TRY IT:
For the entries below, repeat exactly each line starting with the one that contains "#208=ORIENTED_EDGE('',*,*,#207,.T.);" and going on through the one that contains "#216=ADVANCED_FACE('',(#212),#215,.F.);", and no others.

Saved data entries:
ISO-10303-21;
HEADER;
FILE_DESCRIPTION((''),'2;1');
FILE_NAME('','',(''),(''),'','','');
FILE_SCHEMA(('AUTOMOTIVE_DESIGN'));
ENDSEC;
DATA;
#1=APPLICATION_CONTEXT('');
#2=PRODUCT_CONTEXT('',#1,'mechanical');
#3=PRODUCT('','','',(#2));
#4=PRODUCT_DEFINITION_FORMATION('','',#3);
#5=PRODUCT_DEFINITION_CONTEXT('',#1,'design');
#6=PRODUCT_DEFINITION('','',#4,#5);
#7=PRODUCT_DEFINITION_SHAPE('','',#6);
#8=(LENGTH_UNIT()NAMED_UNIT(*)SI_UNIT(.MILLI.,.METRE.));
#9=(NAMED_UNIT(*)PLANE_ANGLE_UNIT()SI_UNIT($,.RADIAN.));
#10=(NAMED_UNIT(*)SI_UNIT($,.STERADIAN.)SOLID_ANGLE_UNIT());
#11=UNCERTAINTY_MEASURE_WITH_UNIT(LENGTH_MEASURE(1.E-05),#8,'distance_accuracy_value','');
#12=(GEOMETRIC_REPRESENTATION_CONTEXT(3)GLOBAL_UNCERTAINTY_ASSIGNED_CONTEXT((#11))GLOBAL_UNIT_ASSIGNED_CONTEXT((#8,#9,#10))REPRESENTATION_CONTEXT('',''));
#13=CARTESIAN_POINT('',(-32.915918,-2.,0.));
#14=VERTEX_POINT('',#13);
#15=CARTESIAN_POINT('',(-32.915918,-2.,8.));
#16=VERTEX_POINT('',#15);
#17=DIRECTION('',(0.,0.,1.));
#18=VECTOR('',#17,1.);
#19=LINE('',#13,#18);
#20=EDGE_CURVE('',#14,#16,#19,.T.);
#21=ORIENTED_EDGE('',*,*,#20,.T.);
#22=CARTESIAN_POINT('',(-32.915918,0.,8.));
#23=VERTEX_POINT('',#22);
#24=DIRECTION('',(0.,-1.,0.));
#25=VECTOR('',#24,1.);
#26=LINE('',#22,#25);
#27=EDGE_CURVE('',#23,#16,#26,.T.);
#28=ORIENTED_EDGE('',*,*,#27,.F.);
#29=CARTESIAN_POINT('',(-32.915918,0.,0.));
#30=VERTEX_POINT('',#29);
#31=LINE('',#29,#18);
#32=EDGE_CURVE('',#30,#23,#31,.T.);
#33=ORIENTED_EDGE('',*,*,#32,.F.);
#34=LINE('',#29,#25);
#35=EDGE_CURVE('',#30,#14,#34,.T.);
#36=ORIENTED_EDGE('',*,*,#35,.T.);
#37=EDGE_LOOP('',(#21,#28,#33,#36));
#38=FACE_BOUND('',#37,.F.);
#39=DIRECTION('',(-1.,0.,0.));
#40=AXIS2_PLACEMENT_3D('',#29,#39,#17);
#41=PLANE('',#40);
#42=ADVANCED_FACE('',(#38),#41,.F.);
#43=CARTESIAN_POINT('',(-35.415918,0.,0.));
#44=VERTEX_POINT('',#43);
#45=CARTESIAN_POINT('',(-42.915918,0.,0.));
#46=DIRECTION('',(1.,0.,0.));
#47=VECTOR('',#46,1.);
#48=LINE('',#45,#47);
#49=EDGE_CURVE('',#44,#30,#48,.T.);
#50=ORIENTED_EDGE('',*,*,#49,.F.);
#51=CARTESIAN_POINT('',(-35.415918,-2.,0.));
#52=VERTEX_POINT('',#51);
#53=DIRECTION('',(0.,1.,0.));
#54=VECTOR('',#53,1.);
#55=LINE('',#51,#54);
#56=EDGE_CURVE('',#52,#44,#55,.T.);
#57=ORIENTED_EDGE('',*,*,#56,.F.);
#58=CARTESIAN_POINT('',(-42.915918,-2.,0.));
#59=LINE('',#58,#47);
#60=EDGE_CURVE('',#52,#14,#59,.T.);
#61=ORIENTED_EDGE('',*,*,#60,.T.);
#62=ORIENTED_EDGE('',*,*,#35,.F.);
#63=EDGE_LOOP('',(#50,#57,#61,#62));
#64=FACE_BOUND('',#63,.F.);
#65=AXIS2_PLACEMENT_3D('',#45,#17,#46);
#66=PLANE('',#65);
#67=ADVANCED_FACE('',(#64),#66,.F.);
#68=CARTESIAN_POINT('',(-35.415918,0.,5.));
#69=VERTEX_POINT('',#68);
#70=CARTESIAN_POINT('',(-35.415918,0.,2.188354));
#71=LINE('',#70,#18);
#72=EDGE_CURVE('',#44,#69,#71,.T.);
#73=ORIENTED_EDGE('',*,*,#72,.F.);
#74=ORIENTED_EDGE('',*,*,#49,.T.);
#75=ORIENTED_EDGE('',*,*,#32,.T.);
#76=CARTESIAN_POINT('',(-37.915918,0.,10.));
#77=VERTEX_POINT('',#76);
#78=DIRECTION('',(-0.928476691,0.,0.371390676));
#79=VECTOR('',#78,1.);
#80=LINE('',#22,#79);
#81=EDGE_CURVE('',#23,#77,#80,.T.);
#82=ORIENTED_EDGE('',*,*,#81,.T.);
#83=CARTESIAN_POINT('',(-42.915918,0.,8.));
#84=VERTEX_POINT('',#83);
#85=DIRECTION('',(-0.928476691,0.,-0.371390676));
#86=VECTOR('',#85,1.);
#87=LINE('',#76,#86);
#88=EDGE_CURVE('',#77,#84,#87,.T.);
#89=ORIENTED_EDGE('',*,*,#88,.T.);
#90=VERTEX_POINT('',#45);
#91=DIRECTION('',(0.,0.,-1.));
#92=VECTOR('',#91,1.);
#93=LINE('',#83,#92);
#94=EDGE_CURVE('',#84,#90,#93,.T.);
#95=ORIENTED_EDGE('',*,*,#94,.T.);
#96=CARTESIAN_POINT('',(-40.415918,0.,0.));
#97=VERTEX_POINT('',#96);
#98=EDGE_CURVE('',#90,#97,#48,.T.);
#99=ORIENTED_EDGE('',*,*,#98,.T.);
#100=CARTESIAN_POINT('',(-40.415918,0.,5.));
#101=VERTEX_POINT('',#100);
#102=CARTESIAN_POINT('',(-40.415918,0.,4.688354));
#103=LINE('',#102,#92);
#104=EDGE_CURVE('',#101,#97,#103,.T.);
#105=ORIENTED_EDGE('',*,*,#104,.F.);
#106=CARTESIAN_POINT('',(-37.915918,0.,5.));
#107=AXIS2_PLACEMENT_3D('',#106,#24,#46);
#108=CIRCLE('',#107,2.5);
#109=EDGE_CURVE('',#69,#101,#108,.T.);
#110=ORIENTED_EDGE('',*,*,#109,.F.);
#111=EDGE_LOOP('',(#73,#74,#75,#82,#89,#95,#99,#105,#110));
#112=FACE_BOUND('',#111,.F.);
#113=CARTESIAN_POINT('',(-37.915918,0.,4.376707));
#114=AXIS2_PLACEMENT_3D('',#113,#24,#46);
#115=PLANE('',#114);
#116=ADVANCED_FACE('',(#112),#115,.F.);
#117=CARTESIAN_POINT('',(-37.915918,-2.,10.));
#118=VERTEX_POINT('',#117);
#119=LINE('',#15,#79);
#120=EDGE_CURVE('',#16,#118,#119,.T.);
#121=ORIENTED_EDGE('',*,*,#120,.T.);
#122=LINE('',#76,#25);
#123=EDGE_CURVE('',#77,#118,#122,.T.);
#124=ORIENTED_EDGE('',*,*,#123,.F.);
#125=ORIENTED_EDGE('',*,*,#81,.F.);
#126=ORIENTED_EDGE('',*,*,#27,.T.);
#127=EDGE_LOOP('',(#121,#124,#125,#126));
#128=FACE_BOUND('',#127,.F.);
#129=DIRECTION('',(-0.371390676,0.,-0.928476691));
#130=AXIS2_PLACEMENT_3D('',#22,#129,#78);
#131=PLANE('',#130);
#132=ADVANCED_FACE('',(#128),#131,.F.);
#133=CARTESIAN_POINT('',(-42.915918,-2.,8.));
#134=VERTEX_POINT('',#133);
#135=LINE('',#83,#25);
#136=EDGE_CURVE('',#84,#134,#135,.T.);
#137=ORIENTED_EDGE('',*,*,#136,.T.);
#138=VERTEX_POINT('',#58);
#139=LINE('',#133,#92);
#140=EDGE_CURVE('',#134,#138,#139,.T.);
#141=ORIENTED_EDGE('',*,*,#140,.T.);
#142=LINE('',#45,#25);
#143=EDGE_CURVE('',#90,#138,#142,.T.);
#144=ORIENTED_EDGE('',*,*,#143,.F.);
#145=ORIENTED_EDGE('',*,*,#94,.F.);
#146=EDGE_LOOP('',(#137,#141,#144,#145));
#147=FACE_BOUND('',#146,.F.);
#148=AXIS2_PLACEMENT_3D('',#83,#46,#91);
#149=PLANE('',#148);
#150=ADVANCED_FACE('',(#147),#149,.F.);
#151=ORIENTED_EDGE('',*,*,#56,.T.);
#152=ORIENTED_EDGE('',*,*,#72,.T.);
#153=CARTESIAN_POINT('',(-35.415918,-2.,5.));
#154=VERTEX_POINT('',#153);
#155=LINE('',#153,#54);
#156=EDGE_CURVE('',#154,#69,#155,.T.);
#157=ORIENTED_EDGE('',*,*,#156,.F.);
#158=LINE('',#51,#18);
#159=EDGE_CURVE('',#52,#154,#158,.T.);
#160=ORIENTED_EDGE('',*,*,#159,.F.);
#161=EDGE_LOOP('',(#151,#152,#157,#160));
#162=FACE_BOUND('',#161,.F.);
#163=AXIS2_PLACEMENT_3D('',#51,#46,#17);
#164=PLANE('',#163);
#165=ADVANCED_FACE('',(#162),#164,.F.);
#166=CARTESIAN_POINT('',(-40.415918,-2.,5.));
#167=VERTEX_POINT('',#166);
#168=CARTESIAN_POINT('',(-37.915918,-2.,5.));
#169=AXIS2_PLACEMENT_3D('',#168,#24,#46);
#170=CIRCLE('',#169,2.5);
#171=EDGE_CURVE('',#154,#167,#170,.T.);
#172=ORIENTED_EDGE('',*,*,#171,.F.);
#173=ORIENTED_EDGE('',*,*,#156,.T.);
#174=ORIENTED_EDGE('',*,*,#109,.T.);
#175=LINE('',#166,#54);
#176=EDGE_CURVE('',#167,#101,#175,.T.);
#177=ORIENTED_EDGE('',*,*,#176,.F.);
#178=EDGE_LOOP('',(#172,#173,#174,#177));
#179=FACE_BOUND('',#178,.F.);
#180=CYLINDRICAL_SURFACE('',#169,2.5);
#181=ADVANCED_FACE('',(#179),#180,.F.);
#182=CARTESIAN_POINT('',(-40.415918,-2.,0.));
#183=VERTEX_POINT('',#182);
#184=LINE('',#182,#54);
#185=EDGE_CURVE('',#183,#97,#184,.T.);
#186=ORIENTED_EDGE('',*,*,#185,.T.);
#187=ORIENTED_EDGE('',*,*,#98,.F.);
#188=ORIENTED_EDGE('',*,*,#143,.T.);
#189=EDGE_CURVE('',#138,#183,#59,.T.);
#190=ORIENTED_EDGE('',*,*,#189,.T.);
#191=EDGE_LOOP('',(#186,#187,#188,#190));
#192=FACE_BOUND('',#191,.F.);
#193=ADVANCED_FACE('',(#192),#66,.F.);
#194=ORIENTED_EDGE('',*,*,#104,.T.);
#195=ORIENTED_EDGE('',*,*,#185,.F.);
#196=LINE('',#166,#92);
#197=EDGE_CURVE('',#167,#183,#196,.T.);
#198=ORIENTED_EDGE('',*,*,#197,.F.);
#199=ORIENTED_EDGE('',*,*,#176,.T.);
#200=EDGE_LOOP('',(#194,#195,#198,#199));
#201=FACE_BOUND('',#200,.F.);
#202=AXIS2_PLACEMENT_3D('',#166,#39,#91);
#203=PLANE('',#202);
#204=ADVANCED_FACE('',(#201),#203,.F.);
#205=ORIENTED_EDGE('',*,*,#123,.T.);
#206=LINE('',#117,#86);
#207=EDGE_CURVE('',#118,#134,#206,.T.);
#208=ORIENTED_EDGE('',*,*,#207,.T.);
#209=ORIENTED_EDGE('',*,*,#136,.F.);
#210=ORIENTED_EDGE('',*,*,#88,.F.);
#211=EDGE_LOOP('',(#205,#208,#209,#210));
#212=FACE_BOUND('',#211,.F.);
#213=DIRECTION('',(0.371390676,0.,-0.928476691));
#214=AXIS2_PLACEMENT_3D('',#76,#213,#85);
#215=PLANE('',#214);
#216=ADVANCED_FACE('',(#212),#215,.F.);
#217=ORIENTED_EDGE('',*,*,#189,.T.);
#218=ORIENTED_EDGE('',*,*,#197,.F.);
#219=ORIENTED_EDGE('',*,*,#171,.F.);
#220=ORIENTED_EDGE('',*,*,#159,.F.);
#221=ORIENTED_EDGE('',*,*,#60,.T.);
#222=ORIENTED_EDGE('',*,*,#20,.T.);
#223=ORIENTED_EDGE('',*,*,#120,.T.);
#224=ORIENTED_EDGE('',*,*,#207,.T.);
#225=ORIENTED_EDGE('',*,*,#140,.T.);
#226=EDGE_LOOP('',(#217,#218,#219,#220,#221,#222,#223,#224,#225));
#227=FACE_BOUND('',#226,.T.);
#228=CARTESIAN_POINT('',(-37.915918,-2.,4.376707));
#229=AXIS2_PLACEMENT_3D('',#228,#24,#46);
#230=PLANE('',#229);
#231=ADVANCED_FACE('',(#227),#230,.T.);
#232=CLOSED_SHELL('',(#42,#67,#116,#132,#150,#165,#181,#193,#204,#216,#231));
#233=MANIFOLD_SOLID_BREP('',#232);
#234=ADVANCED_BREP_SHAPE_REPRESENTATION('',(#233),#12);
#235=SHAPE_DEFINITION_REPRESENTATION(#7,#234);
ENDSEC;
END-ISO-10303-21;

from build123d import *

# Parameters (mm, degrees)
F1_DEPTH = 2
F3_DEPTH = 25


with BuildPart() as f1:
    # F0 (on Front) → F1 (new body)
    with BuildSketch(Plane.XZ):
        Polygon((-42.915918, 8), (-42.915918, 0), (-32.915918, 0), (-32.915918, 8), (-37.915918, 10), align=None)
    extrude(amount=F1_DEPTH)

    # F2 (on face) → F3 (cut)
    with BuildSketch(Plane.XZ.offset(2)):
        with BuildLine():
            ThreePointArc((-35.415918, 5), (-37.915918, 7.5), (-40.415918, 5))
            Line((-40.415918, 5), (-40.415918, 0))
            Line((-40.415918, 0), (-37.915918, 0))
            Line((-37.915918, 0), (-35.415918, 0))
            Line((-35.415918, 0), (-35.415918, 5))
        make_face()
    extrude(amount=-F3_DEPTH, mode=Mode.SUBTRACT)


solid = f1.part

ANSWER AREA:
#208=ORIENTED_EDGE('',*,*,#207,.T.);
#209=ORIENTED_EDGE('',*,*,#136,.F.);
#210=ORIENTED_EDGE('',*,*,#88,.F.);
#211=EDGE_LOOP('',(#205,#208,#209,#210));
#212=FACE_BOUND('',#211,.F.);
#213=DIRECTION('',(0.371390676,0.,-0.928476691));
#214=AXIS2_PLACEMENT_3D('',#76,#213,#85);
#215=PLANE('',#214);
#216=ADVANCED_FACE('',(#212),#215,.F.);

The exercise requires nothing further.